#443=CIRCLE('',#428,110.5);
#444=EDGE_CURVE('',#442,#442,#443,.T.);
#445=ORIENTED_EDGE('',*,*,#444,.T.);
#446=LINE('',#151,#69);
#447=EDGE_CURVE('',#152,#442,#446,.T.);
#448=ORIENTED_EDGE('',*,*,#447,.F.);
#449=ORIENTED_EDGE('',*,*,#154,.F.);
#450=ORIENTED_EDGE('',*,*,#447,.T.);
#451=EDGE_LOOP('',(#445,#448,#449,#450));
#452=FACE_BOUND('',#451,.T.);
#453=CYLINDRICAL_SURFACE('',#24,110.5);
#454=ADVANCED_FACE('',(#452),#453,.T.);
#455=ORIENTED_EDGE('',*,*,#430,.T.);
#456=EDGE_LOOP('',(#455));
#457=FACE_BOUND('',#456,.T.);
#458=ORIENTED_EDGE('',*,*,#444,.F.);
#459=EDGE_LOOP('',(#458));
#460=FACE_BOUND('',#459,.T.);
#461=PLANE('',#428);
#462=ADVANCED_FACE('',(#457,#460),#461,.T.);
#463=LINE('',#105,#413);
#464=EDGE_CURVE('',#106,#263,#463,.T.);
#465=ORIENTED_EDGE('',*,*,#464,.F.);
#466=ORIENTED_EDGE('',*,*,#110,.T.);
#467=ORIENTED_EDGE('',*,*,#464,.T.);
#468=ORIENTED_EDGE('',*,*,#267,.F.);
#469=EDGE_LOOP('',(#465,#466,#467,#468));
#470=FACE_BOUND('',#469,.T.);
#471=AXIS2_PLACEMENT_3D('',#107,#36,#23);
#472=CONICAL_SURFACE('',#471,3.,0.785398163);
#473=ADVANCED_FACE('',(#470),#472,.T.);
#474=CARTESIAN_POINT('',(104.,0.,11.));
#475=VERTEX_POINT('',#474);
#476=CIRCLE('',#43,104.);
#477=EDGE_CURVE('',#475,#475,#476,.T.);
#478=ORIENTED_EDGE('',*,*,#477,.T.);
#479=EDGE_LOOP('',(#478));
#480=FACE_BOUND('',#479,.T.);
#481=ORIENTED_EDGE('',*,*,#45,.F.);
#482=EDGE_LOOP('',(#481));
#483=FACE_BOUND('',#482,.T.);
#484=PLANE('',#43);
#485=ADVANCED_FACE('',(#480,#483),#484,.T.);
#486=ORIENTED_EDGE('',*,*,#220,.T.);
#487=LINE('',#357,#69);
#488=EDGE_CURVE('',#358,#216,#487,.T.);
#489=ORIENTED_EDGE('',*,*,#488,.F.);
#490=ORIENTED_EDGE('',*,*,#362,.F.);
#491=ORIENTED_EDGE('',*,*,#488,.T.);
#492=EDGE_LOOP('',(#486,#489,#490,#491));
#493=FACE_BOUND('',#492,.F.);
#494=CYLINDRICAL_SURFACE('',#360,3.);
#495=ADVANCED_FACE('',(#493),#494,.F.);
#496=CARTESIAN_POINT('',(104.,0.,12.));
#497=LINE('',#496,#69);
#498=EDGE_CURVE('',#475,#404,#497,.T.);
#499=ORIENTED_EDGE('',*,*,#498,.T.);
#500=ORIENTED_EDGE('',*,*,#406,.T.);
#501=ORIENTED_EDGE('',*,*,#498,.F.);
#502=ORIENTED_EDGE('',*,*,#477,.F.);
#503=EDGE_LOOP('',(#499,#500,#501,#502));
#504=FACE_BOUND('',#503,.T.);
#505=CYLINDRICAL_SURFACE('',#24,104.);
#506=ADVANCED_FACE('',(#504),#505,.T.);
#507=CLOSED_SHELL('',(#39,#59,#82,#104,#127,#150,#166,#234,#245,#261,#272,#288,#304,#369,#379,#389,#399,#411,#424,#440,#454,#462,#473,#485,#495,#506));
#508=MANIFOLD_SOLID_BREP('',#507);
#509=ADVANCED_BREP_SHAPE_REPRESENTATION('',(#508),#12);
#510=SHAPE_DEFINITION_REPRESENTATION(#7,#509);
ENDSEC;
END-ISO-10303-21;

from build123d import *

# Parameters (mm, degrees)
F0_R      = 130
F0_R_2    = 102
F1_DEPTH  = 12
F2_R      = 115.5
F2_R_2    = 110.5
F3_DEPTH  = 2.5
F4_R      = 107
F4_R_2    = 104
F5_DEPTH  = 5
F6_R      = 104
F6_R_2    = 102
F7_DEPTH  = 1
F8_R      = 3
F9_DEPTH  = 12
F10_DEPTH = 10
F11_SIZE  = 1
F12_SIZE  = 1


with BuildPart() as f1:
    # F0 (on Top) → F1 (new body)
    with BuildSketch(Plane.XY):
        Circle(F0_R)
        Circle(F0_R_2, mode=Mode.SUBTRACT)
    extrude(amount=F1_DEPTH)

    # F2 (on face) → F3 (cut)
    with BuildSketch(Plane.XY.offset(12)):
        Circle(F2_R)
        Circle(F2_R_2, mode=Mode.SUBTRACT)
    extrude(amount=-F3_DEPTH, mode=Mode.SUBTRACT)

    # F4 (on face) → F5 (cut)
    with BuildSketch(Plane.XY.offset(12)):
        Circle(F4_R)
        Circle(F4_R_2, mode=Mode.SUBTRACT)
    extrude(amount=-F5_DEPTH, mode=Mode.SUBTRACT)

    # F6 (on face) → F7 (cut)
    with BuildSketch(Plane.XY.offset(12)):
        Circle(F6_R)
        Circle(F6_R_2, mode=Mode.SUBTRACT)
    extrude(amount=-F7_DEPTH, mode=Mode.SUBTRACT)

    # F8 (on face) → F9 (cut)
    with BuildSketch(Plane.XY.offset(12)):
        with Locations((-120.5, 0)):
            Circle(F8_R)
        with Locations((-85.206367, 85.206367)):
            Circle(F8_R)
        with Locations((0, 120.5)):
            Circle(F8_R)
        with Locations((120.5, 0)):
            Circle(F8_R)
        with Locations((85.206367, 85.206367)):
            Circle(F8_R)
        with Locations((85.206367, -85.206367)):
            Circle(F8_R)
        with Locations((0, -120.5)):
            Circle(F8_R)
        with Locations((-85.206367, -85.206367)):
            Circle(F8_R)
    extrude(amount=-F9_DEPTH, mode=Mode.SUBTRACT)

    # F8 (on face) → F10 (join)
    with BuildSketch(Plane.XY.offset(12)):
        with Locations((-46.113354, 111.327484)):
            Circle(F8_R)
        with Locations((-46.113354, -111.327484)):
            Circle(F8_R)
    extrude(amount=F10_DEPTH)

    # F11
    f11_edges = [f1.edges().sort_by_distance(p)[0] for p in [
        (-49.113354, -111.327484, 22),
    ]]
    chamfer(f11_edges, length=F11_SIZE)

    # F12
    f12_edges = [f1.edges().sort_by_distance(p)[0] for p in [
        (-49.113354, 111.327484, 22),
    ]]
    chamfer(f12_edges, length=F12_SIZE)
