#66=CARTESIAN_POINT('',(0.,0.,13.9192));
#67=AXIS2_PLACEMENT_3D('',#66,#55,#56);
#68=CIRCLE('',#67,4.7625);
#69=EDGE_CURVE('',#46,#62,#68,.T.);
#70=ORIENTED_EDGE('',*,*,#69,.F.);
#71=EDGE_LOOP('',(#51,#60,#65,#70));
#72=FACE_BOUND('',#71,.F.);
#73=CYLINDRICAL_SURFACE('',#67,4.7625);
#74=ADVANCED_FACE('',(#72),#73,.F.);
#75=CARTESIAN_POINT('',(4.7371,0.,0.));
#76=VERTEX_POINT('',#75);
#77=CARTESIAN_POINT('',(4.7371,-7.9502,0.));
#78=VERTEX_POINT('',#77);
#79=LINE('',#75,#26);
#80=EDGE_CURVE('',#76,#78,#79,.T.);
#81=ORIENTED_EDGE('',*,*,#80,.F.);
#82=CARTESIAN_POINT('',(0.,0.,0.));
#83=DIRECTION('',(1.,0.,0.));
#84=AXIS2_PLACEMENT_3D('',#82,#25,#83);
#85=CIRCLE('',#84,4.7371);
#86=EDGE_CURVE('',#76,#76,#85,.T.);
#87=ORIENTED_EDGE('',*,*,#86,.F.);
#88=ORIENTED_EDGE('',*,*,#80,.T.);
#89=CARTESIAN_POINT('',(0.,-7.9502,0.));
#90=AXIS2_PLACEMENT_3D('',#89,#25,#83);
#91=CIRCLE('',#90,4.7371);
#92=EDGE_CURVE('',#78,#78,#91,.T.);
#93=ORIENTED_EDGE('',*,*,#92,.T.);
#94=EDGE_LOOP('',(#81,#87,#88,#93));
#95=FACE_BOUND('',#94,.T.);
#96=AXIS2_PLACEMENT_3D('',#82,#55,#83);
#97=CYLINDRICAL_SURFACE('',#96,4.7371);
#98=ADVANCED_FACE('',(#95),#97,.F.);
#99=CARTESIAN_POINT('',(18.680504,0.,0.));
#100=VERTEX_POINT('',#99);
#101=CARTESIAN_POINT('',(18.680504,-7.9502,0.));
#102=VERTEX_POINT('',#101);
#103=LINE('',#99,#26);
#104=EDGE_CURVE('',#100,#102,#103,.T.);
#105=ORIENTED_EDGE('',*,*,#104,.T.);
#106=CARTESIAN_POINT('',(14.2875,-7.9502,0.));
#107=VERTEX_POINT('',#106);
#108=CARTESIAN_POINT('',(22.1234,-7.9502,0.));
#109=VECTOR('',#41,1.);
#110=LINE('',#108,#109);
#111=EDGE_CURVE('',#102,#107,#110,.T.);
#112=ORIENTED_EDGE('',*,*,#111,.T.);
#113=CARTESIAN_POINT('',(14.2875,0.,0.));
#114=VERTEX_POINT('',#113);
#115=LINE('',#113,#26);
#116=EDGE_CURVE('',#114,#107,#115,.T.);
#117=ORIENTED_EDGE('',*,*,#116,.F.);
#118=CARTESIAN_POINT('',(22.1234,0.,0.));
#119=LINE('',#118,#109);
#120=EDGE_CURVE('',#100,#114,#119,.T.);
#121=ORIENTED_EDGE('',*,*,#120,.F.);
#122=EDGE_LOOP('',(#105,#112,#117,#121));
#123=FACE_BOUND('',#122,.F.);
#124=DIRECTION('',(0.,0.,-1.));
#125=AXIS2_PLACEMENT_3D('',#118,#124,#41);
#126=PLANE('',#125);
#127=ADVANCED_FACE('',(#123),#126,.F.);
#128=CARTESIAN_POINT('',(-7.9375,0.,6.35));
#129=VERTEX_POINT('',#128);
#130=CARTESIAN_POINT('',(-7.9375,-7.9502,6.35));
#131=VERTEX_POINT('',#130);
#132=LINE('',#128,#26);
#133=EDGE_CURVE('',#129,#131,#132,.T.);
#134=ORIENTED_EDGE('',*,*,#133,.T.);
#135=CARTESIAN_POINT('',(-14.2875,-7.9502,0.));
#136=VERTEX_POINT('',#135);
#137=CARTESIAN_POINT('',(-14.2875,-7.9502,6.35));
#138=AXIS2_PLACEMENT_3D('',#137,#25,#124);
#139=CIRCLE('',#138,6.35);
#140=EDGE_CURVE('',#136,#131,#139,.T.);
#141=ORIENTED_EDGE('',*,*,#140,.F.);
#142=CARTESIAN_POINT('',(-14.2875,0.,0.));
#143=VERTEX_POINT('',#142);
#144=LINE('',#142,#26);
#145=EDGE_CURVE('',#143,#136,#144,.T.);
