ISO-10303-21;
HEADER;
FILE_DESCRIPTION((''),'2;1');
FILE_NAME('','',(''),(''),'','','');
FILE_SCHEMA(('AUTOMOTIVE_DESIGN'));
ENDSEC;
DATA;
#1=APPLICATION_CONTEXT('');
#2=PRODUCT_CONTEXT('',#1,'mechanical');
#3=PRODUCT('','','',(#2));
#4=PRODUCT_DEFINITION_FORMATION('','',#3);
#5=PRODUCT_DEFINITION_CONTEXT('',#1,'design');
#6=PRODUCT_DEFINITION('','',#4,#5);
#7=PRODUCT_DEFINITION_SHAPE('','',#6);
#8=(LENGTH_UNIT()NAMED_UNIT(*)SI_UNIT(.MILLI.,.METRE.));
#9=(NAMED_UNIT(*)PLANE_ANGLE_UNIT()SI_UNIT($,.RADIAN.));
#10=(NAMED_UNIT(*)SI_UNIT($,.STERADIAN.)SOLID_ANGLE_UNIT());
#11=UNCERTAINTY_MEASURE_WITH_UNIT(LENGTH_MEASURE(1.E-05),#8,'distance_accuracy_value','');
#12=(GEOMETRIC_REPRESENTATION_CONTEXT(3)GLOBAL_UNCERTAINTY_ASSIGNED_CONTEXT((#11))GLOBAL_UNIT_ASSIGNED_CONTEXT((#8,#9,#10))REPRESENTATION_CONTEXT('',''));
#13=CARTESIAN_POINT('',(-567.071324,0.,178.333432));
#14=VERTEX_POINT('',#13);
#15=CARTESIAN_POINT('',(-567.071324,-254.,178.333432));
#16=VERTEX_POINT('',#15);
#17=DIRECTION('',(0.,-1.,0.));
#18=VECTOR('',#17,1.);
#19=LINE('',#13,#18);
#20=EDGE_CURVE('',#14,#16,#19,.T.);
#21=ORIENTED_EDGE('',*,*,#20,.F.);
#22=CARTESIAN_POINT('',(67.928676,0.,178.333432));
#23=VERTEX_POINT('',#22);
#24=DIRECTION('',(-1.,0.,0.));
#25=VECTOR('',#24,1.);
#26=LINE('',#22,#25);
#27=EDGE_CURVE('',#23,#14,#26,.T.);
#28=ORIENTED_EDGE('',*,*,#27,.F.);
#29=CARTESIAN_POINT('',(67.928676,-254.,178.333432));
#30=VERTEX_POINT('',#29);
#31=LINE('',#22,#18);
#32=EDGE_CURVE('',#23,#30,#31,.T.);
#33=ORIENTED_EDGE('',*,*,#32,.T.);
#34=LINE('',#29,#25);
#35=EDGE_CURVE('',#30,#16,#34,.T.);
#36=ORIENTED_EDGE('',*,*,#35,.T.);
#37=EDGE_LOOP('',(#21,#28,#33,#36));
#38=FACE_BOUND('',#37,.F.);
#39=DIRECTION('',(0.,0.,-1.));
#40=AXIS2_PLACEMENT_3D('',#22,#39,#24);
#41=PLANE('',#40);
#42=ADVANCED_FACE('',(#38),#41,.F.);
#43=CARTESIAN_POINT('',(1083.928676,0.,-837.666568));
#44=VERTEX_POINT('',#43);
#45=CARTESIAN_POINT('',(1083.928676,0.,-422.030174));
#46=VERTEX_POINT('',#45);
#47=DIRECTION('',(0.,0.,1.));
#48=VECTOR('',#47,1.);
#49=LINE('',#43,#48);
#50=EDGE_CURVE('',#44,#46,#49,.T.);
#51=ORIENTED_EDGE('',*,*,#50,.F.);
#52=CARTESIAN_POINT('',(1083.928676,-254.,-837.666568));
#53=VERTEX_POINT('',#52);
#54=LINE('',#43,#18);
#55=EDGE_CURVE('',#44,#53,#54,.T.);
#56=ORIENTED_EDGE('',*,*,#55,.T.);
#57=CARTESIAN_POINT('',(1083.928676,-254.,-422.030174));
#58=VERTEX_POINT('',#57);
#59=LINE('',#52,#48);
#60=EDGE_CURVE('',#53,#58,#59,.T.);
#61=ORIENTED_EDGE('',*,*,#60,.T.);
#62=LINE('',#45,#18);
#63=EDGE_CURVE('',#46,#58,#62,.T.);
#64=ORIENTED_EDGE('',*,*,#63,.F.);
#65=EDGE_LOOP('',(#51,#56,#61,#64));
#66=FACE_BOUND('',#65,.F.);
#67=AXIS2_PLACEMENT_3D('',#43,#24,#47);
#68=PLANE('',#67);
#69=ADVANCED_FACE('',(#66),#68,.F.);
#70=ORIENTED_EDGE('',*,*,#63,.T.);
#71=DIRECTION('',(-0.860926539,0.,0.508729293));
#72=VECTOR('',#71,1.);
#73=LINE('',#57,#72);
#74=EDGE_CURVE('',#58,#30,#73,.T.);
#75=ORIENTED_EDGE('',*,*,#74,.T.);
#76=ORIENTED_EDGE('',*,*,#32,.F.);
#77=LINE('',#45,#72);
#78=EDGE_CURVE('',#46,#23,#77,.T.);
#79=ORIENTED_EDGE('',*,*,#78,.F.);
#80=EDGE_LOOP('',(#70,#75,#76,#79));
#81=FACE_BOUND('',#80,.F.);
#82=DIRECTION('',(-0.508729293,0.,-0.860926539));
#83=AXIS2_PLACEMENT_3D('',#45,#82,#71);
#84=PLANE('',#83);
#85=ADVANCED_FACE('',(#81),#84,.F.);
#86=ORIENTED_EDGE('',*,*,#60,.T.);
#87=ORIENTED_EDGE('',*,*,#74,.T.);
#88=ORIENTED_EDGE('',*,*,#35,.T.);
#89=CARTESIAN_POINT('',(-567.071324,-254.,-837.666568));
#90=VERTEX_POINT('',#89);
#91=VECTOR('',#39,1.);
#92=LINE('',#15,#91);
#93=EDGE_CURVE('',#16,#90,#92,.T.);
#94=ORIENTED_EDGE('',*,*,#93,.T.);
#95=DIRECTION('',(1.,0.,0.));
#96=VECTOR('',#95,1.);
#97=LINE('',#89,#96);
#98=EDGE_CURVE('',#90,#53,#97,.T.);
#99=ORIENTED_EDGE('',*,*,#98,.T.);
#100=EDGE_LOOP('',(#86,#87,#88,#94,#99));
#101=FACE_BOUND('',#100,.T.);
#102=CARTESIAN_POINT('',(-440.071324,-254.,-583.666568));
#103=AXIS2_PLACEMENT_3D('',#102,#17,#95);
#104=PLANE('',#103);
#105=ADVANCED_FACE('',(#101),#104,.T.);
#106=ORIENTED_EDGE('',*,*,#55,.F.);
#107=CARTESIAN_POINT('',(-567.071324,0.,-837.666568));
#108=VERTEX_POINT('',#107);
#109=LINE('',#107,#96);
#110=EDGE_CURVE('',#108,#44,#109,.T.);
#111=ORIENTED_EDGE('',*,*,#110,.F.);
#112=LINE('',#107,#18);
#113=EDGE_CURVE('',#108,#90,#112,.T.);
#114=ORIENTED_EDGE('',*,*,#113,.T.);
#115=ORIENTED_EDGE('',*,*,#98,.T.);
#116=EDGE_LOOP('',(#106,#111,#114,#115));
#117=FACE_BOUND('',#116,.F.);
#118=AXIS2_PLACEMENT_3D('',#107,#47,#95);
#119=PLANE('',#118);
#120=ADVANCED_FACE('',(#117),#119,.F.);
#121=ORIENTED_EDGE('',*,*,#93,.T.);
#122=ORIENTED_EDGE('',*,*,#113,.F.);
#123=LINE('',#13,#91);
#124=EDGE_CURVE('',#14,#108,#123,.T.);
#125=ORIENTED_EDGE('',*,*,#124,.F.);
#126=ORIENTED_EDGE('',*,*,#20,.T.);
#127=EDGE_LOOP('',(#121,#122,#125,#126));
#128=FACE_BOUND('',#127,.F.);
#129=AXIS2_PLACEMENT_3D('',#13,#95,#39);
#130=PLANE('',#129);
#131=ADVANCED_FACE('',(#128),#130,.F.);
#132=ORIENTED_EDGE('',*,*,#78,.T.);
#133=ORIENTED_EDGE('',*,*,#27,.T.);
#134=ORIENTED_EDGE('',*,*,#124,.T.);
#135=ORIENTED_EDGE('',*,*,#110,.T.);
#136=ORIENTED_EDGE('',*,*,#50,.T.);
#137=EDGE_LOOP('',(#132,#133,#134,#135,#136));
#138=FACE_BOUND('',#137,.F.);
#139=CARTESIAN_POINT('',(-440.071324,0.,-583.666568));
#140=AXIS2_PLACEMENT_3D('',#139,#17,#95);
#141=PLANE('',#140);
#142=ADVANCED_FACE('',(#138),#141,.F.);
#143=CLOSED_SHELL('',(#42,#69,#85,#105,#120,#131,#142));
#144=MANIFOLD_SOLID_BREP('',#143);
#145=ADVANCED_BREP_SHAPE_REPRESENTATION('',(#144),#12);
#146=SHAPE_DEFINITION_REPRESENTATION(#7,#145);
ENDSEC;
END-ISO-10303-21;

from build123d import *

# Parameters (mm, degrees)
F1_DEPTH = 254


with BuildPart() as f1:
    # F0 (on Front) → F1 (new body)
    with BuildSketch(Plane.XZ):
        Polygon((-313.071324, -329.666568), (-567.071324, -329.666568), (-567.071324, -837.666568), (-313.071324, -837.666568), (-313.071324, -765.095145), (-313.071324, -638.095145), (-313.071324, -438.523722), align=None)
        Polygon((-313.071324, -638.095145), (-313.071324, -765.095145), (448.928676, -765.095145), (650.149455, -765.095145), (650.149455, -638.095145), align=None)
        Polygon((67.928676, 178.333432), (-567.071324, 178.333432), (-567.071324, -329.666568), (-313.071324, -329.666568), (-313.071324, -438.523722), (-313.071324, -638.095145), (650.149455, -638.095145), (650.149455, -765.095145), (448.928676, -765.095145), (-313.071324, -765.095145), (-313.071324, -837.666568), (1083.928676, -837.666568), (1083.928676, -422.030174), align=None)
    extrude(amount=F1_DEPTH)


solid = f1.part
* * *
*Assignment*: From the data above, copy each line where the string "Mode" appears.

*Written response*:
        Circle(F0_R_2, mode=Mode.SUBTRACT)
        Circle(F2_R_2, mode=Mode.SUBTRACT)
    extrude(amount=-F3_DEPTH, mode=Mode.SUBTRACT)
        Circle(F4_R_2, mode=Mode.SUBTRACT)
    extrude(amount=-F5_DEPTH, mode=Mode.SUBTRACT)
        Circle(F6_R_2, mode=Mode.SUBTRACT)
    extrude(amount=-F7_DEPTH, mode=Mode.SUBTRACT)
    extrude(amount=-F9_DEPTH, mode=Mode.SUBTRACT)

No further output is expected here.